Man, I sure haven't been a good member here. School has had me busier than a 3 legged cat in a sandbox! I've been browsing a bit, and you guys have really been producing some nice looking canes and staffs. I've got to piddle around on some weekends, but that's about it. I have another couple of weeks with my teaching duties, then I hope to be back of in the shop more often. I also hope to visit here more often. I learn so much from you folks. Here's one of my latest sticks... Made for a guy in Oklahoma.


----------



## cobalt (Nov 14, 2013)

Interesting shank .butterfly a nice touch .you must have been pleased with it?

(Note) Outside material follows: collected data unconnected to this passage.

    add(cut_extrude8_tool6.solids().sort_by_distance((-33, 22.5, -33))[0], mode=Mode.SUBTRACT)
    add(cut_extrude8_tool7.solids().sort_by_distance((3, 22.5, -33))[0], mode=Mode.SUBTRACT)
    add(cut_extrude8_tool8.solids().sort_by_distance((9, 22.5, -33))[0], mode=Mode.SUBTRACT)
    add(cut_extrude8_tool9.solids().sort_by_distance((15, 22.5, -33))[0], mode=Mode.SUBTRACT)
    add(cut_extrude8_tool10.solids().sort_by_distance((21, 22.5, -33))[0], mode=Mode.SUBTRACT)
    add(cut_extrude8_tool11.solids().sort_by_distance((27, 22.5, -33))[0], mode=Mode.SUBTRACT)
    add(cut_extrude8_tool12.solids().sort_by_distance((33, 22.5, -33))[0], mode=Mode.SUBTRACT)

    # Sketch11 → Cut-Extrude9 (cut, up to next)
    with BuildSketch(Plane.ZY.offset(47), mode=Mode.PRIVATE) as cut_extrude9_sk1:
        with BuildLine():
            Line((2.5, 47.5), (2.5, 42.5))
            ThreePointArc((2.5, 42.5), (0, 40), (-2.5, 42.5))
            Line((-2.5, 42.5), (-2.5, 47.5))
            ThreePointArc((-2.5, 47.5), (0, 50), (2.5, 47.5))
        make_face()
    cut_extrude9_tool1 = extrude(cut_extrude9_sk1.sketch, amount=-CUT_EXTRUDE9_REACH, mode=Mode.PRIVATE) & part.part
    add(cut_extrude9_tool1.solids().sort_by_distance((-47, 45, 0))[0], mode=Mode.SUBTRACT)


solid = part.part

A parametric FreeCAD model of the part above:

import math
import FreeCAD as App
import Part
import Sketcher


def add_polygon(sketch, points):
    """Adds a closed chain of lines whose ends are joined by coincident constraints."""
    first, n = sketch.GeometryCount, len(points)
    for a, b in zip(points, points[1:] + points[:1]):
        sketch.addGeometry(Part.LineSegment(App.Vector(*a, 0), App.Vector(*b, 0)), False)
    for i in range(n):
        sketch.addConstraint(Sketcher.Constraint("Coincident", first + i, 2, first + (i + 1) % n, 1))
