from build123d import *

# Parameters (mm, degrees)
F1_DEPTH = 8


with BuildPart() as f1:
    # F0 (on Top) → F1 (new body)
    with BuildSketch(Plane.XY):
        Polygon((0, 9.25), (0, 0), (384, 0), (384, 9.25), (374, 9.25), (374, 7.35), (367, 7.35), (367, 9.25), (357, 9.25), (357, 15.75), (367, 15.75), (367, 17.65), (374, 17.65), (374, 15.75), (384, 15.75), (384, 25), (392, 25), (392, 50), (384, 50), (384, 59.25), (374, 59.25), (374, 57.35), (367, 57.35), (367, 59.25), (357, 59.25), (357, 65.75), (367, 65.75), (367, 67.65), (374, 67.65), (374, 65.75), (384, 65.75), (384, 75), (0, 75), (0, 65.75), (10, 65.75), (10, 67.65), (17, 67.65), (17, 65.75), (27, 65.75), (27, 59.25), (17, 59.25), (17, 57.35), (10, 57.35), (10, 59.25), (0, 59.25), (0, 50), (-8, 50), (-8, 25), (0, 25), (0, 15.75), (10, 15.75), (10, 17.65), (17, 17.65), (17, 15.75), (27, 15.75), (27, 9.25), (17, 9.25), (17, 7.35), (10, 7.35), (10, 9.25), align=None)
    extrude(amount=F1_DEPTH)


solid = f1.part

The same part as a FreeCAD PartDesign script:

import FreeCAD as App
import Part
import Sketcher
Q = App.Units.Quantity


def add_polygon(sketch, points):
    """Adds a closed chain of lines whose ends are joined by coincident constraints."""
    first, n = sketch.GeometryCount, len(points)
    for a, b in zip(points, points[1:] + points[:1]):
        sketch.addGeometry(Part.LineSegment(App.Vector(*a, 0), App.Vector(*b, 0)), False)
    for i in range(n):
        sketch.addConstraint(Sketcher.Constraint("Coincident", first + i, 2, first + (i + 1) % n, 1))

doc = App.newDocument("Part")
body = doc.addObject("PartDesign::Body", "Body")

# Sketch on XY plane
sketch1 = body.newObject("Sketcher::SketchObject", "Sketch")
sketch1.AttachmentSupport = (doc.getObject("XY_Plane"), [""])
sketch1.MapMode = "FlatFace"
add_polygon(sketch1, [(0, 9.2), (0, 0), (384, 0), (384, 9.2), (374, 9.2), (374, 7.3), (367, 7.3), (367, 9.2), (357, 9.2), (357, 15.8), (367, 15.8), (367, 17.6), (374, 17.6), (374, 15.8), (384, 15.8), (384, 25), (392, 25), (392, 50), (384, 50), (384, 59.2), (374, 59.2), (374, 57.4), (367, 57.4), (367, 59.2), (357, 59.2), (357, 65.8), (367, 65.8), (367, 67.7), (374, 67.7), (374, 65.8), (384, 65.8), (384, 75), (0, 75), (0, 65.8), (10, 65.8), (10, 67.7), (17, 67.7), (17, 65.8), (27, 65.8), (27, 59.2), (17, 59.2), (17, 57.4), (10, 57.4), (10, 59.2), (0, 59.2), (0, 50), (-8, 50), (-8, 25), (0, 25), (0, 15.8), (10, 15.8), (10, 17.6), (17, 17.6), (17, 15.8), (27, 15.8), (27, 9.2), (17, 9.2), (17, 7.3), (10, 7.3), (10, 9.2)])  # lines 0-59
sketch1.addConstraint([
    Sketcher.Constraint("Vertical", 0),
    Sketcher.Constraint("Horizontal", 1),
    Sketcher.Constraint("Vertical", 2),
    Sketcher.Constraint("Horizontal", 3),
    Sketcher.Constraint("Vertical", 4),
    Sketcher.Constraint("Horizontal", 5),
    Sketcher.Constraint("Vertical", 6),
    Sketcher.Constraint("Horizontal", 7),
    Sketcher.Constraint("Vertical", 8),
    Sketcher.Constraint("Horizontal", 9),
    Sketcher.Constraint("Vertical", 10),
    Sketcher.Constraint("Horizontal", 11),
    Sketcher.Constraint("Vertical", 12),
    Sketcher.Constraint("Horizontal", 13),
    Sketcher.Constraint("Vertical", 14),
    Sketcher.Constraint("Horizontal", 15),
    Sketcher.Constraint("Vertical", 16),
    Sketcher.Constraint("Horizontal", 17),
    Sketcher.Constraint("Vertical", 18),
    Sketcher.Constraint("Horizontal", 19),
    Sketcher.Constraint("Vertical", 20),
    Sketcher.Constraint("Horizontal", 21),
    Sketcher.Constraint("Vertical", 22),
    Sketcher.Constraint("Horizontal", 23),
    Sketcher.Constraint("Vertical", 24),
    Sketcher.Constraint("Horizontal", 25),
    Sketcher.Constraint("Vertical", 26),
    Sketcher.Constraint("Horizontal", 27),
    Sketcher.Constraint("Vertical", 28),
    Sketcher.Constraint("Horizontal", 29),
    Sketcher.Constraint("Vertical", 30),
    Sketcher.Constraint("Horizontal", 31),
    Sketcher.Constraint("Vertical", 32),
    Sketcher.Constraint("Horizontal", 33),
    Sketcher.Constraint("Vertical", 34),
    Sketcher.Constraint("Horizontal", 35),
    Sketcher.Constraint("Vertical", 36),
    Sketcher.Constraint("Horizontal", 37),
    Sketcher.Constraint("Vertical", 38),
    Sketcher.Constraint("Horizontal", 39),
    Sketcher.Constraint("Vertical", 40),
    Sketcher.Constraint("Horizontal", 41),
    Sketcher.Constraint("Vertical", 42),
    Sketcher.Constraint("Horizontal", 43),
    Sketcher.Constraint("Vertical", 44),
    Sketcher.Constraint("Horizontal", 45),
    Sketcher.Constraint("Vertical", 46),
    Sketcher.Constraint("Horizontal", 47),
    Sketcher.Constraint("Vertical", 48),
    Sketcher.Constraint("Horizontal", 49),
    Sketcher.Constraint("Vertical", 50),
    Sketcher.Constraint("Horizontal", 51),
    Sketcher.Constraint("Vertical", 52),
    Sketcher.Constraint("Horizontal", 53),
    Sketcher.Constraint("Vertical", 54),
    Sketcher.Constraint("Horizontal", 55),
    Sketcher.Constraint("Vertical", 56),
    Sketcher.Constraint("Horizontal", 57),
    Sketcher.Constraint("Vertical", 58),
    Sketcher.Constraint("Horizontal", 59),
    Sketcher.Constraint("Coincident", 0, 2, -1, 1),
    Sketcher.Constraint("PointOnObject", 31, 2, -2),
    Sketcher.Constraint("PointOnObject", 43, 2, -2),
    Sketcher.Constraint("PointOnObject", 47, 2, -2),
    Sketcher.Constraint("Horizontal", 3, 2, 6, 2),
    Sketcher.Constraint("Horizontal", 9, 2, 12, 2),
    Sketcher.Constraint("Horizontal", 19, 2, 22, 2),
    Sketcher.Constraint("Horizontal", 25, 2, 28, 2),
    Sketcher.Constraint("Horizontal", 29, 2, 32, 2),
    Sketcher.Constraint("Horizontal", 27, 2, 34, 2),
    Sketcher.Constraint("Horizontal", 33, 2, 36, 2),
    Sketcher.Constraint("Horizontal", 23, 2, 38, 2),
    Sketcher.Constraint("Horizontal", 21, 2, 40, 2),
    Sketcher.Constraint("Horizontal", 39, 2, 42, 2),
    Sketcher.Constraint("Horizontal", 17, 2, 44, 2),
    Sketcher.Constraint("Horizontal", 15, 2, 46, 2),
    Sketcher.Constraint("Horizontal", 13, 2, 48, 2),
    Sketcher.Constraint("Horizontal", 11, 2, 50, 2),
    Sketcher.Constraint("Horizontal", 49, 2, 52, 2),
    Sketcher.Constraint("Horizontal", 7, 2, 54, 2),
    Sketcher.Constraint("Horizontal", 5, 2, 56, 2),
    Sketcher.Constraint("Horizontal", 55, 2, 58, 2),
    Sketcher.Constraint("Vertical", 6, 2, 9, 2),
    Sketcher.Constraint("Vertical", 4, 2, 11, 2),
    Sketcher.Constraint("Vertical", 2, 2, 13, 2),
    Sketcher.Constraint("Vertical", 14, 2, 17, 2),
    Sketcher.Constraint("Vertical", 12, 2, 19, 2),
    Sketcher.Constraint("Vertical", 10, 2, 21, 2),
    Sketcher.Constraint("Vertical", 8, 2, 23, 2),
    Sketcher.Constraint("Vertical", 22, 2, 25, 2),
    Sketcher.Constraint("Vertical", 20, 2, 27, 2),
    Sketcher.Constraint("Vertical", 18, 2, 29, 2),
    Sketcher.Constraint("Vertical", 36, 2, 39, 2),
    Sketcher.Constraint("Vertical", 34, 2, 41, 2),
    Sketcher.Constraint("Vertical", 42, 2, 49, 2),
    Sketcher.Constraint("Vertical", 40, 2, 51, 2),
    Sketcher.Constraint("Vertical", 38, 2, 53, 2),
    Sketcher.Constraint("Vertical", 52, 2, 55, 2),
    Sketcher.Constraint("Vertical", 50, 2, 57, 2),
    Sketcher.Constraint("Equal", 3, 7),
    Sketcher.Constraint("Equal", 29, 33),
    Sketcher.Constraint("Equal", 27, 35),
    Sketcher.Constraint("Equal", 33, 37),
    Sketcher.Constraint("Equal", 17, 45),
    Sketcher.Constraint("Equal", 6, 10),
    Sketcher.Constraint("Equal", 2, 14),
    Sketcher.Constraint("Equal", 14, 18),
    Sketcher.Constraint("Equal", 12, 20),
    Sketcher.Constraint("Equal", 8, 24),
    Sketcher.Constraint("Equal", 22, 26),
    Sketcher.Constraint("Equal", 18, 30),
    Sketcher.Constraint("DistanceX", 1, 1, 1, 2, Q("384 mm")),
    Sketcher.Constraint("DistanceX", 3, 2, 3, 1, Q("10 mm")),
    Sketcher.Constraint("DistanceX", 5, 2, 5, 1, Q("7 mm")),
    Sketcher.Constraint("DistanceX", 15, 1, 15, 2, Q("8 mm")),
    Sketcher.Constraint("DistanceY", 16, 1, 16, 2, Q("25 mm")),
    Sketcher.Constraint("DistanceY", 4, 2, 4, 1, Q("1.9 mm")),
    Sketcher.Constraint("DistanceY", 8, 1, 8, 2, Q("6.5 mm")),
    Sketcher.Constraint("DistanceY", -1, 1, 14, 2, Q("25 mm")),
])
pad1 = body.newObject("PartDesign::Pad", "Pad")
pad1.Profile = sketch1
pad1.Length = 8

doc.recompute()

Sure we all understand that your unable to pop in oftern , i`m just pleased nto doing your job or any to come to that .i havnt the time to work anymore .even the jobs i have to do get in the way of pleasure now . lol

If i`m not in the workshop its research or drawings of things i like or on here


----------



## Rad (Feb 19, 2013)

Good to hear from you MoroCreek! Nice looking stick!


----------



## CV3 (Jan 30, 2014)

Nice stick thanks for sharing.


----------



## MJC4 (Mar 6, 2014)

Sweet sticks. :thumbsu: Wish I could find some twisted sticks around here.


----------



## MoroCreek (Feb 13, 2014)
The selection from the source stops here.